Work task
Return every line below in which "blind" appears.

--- Provided data Enclosed Below ---

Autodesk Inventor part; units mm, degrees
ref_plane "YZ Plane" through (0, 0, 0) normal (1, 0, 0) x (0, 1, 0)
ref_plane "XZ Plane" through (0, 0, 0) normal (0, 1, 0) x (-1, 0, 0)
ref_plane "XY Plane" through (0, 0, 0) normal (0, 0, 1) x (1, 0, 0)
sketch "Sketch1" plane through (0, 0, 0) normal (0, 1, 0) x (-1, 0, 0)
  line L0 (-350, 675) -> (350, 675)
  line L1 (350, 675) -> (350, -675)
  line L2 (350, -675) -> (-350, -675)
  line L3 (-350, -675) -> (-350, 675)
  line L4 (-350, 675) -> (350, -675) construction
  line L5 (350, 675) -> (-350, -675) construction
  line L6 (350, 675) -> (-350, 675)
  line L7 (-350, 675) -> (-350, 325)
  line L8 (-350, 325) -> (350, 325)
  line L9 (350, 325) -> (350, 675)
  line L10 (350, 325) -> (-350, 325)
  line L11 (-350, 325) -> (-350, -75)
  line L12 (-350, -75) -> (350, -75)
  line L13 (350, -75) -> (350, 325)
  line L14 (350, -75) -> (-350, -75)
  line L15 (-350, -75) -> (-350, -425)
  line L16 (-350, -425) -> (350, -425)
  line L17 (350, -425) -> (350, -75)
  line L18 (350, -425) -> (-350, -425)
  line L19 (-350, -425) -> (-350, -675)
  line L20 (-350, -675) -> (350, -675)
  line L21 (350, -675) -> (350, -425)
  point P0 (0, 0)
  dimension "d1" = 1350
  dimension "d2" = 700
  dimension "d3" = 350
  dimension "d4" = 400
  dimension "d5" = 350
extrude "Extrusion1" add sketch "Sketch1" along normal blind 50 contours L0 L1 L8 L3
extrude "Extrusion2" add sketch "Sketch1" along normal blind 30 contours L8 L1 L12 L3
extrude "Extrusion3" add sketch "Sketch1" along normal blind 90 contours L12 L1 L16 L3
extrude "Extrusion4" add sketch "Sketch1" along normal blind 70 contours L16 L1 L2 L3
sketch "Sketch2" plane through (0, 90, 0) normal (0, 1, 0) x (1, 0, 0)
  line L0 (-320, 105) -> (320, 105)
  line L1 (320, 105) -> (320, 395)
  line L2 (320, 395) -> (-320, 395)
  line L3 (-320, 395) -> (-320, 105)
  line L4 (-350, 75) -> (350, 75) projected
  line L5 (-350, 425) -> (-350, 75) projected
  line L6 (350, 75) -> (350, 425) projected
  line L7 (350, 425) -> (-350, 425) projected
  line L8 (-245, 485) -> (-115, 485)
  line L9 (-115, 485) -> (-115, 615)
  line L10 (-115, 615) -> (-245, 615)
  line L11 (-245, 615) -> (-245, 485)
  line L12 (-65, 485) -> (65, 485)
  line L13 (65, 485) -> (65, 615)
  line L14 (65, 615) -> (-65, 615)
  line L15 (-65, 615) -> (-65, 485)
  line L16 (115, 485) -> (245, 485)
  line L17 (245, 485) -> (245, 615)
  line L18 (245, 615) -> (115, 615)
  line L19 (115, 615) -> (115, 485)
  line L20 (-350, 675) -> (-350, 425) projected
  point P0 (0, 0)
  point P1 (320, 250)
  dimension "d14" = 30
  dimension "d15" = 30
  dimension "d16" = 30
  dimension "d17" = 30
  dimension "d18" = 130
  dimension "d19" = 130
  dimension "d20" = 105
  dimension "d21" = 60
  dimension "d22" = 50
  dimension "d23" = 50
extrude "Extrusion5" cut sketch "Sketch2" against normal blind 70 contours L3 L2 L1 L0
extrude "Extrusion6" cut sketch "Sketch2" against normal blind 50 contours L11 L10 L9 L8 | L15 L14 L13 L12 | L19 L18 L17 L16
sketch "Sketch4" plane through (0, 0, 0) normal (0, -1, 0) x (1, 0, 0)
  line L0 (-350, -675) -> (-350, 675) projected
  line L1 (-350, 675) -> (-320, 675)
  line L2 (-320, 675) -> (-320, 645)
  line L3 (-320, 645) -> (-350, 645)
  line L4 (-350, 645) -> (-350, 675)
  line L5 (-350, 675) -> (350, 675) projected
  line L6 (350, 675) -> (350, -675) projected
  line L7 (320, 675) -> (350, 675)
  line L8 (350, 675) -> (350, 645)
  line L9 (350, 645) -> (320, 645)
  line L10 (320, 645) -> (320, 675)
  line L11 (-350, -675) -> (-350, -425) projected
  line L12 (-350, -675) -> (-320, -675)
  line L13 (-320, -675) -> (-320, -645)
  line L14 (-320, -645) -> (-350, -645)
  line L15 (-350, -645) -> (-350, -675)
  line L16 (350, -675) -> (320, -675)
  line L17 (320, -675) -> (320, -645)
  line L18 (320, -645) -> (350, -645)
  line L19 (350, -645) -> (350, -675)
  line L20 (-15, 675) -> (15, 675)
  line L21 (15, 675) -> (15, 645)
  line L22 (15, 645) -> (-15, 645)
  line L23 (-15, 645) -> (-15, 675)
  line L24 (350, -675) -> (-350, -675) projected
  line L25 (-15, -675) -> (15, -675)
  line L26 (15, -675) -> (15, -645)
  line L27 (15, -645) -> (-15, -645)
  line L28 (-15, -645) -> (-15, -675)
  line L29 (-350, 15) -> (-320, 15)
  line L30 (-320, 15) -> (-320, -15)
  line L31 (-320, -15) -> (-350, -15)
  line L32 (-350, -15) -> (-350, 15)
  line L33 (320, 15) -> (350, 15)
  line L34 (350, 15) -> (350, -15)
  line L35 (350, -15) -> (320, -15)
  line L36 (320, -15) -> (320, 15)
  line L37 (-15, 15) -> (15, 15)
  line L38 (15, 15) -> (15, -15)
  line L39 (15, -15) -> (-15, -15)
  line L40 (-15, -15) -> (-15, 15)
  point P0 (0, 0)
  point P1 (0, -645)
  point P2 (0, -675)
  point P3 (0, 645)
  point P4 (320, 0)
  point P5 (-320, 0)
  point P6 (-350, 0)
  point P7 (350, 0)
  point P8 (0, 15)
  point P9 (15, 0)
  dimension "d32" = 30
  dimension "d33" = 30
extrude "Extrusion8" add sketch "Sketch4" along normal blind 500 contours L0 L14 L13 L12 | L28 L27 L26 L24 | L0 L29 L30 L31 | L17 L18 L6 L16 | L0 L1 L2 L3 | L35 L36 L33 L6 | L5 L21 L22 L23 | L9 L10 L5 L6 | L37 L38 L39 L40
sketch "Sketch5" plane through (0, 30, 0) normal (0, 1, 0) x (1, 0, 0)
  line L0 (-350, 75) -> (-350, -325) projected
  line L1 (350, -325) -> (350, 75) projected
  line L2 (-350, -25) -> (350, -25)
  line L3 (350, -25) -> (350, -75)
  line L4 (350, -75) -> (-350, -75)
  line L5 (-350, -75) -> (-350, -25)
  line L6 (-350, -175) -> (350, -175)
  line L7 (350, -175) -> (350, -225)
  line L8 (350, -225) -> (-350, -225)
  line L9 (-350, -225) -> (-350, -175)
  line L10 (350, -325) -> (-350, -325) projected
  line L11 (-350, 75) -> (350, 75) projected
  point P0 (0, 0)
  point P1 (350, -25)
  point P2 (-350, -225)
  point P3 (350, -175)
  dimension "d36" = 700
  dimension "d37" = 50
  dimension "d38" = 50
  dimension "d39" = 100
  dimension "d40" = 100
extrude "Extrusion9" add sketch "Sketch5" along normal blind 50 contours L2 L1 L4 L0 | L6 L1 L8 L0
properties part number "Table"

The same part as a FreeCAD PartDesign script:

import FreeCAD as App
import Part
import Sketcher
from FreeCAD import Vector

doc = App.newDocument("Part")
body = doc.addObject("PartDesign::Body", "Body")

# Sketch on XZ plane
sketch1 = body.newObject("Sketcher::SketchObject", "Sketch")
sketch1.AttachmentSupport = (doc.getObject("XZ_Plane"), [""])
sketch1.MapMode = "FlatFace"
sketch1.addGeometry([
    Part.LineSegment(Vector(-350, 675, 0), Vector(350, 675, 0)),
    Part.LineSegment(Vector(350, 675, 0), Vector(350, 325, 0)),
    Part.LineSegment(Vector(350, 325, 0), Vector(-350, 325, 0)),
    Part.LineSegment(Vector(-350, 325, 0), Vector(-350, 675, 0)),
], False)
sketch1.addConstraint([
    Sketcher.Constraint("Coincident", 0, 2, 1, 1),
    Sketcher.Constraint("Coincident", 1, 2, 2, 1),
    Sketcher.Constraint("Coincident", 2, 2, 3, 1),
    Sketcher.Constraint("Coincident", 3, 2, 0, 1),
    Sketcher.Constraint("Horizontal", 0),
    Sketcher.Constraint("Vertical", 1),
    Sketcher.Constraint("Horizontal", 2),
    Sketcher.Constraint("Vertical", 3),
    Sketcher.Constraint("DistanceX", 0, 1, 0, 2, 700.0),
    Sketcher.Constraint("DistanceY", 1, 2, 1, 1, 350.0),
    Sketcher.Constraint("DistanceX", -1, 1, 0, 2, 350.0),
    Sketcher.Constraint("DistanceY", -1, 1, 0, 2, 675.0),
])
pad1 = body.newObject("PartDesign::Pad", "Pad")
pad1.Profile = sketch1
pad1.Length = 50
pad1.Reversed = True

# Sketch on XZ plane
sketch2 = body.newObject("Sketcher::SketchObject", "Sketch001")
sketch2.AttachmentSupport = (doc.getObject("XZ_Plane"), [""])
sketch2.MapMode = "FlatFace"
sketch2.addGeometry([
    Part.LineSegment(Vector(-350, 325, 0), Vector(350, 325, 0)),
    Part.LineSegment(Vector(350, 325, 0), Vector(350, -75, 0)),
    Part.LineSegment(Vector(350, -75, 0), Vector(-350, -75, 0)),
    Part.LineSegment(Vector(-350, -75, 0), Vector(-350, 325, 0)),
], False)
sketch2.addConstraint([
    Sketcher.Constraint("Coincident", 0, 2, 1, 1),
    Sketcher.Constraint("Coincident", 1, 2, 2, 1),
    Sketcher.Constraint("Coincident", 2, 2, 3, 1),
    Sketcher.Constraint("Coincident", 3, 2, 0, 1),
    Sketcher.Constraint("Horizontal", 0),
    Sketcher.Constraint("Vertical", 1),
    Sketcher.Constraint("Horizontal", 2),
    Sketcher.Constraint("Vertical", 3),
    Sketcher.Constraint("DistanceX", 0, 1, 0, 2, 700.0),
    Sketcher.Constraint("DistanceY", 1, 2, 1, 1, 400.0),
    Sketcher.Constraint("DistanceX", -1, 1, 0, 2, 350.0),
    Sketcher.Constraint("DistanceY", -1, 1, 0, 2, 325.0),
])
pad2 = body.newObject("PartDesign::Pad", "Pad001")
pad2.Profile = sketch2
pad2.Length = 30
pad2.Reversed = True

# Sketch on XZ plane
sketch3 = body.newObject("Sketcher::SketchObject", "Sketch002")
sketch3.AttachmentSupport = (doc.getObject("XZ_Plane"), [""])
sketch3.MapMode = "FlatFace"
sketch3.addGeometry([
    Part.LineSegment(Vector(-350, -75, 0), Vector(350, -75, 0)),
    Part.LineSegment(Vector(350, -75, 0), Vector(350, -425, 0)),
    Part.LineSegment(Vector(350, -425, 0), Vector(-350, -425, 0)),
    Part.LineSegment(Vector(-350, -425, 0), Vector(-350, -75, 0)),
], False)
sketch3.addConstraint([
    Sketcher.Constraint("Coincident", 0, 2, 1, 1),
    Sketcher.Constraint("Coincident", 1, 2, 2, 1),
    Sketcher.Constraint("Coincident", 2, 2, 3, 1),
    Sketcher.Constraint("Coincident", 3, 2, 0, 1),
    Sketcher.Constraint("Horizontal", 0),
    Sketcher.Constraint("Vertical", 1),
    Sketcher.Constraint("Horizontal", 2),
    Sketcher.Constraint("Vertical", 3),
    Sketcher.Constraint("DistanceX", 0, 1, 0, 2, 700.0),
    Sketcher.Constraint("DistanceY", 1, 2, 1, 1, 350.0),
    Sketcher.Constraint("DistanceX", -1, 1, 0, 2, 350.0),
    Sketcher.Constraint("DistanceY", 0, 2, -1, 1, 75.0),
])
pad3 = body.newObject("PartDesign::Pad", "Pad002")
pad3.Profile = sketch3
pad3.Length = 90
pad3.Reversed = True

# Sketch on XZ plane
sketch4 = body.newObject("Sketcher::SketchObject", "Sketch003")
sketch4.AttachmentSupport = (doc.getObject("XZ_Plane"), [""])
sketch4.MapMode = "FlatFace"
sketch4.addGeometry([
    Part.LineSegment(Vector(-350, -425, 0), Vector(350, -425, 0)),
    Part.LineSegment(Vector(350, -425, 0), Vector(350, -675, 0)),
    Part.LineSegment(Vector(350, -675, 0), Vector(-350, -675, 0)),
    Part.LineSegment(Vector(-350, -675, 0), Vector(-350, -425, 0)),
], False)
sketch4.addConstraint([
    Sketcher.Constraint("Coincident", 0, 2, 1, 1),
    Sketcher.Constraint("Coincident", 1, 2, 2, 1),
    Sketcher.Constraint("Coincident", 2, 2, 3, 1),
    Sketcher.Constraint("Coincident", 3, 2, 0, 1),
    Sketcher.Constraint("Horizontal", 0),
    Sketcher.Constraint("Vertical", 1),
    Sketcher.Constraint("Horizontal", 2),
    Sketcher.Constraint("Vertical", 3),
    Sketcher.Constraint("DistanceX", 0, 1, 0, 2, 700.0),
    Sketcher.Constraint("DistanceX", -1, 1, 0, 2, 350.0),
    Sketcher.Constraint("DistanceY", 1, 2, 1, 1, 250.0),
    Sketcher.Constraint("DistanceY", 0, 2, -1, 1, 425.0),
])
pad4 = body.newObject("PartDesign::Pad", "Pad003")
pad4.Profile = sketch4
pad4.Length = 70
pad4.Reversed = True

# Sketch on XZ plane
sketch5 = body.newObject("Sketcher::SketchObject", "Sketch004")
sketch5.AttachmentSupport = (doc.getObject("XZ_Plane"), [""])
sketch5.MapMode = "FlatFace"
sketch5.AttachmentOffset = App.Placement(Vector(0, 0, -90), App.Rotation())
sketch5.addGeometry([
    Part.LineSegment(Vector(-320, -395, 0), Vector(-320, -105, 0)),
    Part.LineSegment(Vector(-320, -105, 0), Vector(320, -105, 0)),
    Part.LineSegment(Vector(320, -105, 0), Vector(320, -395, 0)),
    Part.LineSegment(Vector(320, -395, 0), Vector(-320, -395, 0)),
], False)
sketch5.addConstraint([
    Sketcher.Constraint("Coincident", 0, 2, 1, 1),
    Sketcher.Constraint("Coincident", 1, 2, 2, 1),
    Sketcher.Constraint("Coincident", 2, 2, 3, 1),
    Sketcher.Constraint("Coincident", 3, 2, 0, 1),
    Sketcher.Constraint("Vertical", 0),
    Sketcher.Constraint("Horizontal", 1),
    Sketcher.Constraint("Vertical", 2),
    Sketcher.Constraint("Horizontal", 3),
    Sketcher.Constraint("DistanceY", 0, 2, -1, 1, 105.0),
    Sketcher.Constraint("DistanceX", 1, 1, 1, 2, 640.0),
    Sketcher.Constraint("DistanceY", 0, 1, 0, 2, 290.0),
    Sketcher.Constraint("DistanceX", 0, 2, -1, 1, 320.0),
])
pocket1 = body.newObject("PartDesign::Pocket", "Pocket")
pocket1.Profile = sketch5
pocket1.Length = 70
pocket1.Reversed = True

--- End of Enclosed Provided data ---

Answer
extrude "Extrusion1" add sketch "Sketch1" along normal blind 50 contours L0 L1 L8 L3
extrude "Extrusion2" add sketch "Sketch1" along normal blind 30 contours L8 L1 L12 L3
extrude "Extrusion3" add sketch "Sketch1" along normal blind 90 contours L12 L1 L16 L3
extrude "Extrusion4" add sketch "Sketch1" along normal blind 70 contours L16 L1 L2 L3
extrude "Extrusion5" cut sketch "Sketch2" against normal blind 70 contours L3 L2 L1 L0
extrude "Extrusion6" cut sketch "Sketch2" against normal blind 50 contours L11 L10 L9 L8 | L15 L14 L13 L12 | L19 L18 L17 L16
extrude "Extrusion8" add sketch "Sketch4" along normal blind 500 contours L0 L14 L13 L12 | L28 L27 L26 L24 | L0 L29 L30 L31 | L17 L18 L6 L16 | L0 L1 L2 L3 | L35 L36 L33 L6 | L5 L21 L22 L23 | L9 L10 L5 L6 | L37 L38 L39 L40
extrude "Extrusion9" add sketch "Sketch5" along normal blind 50 contours L2 L1 L4 L0 | L6 L1 L8 L0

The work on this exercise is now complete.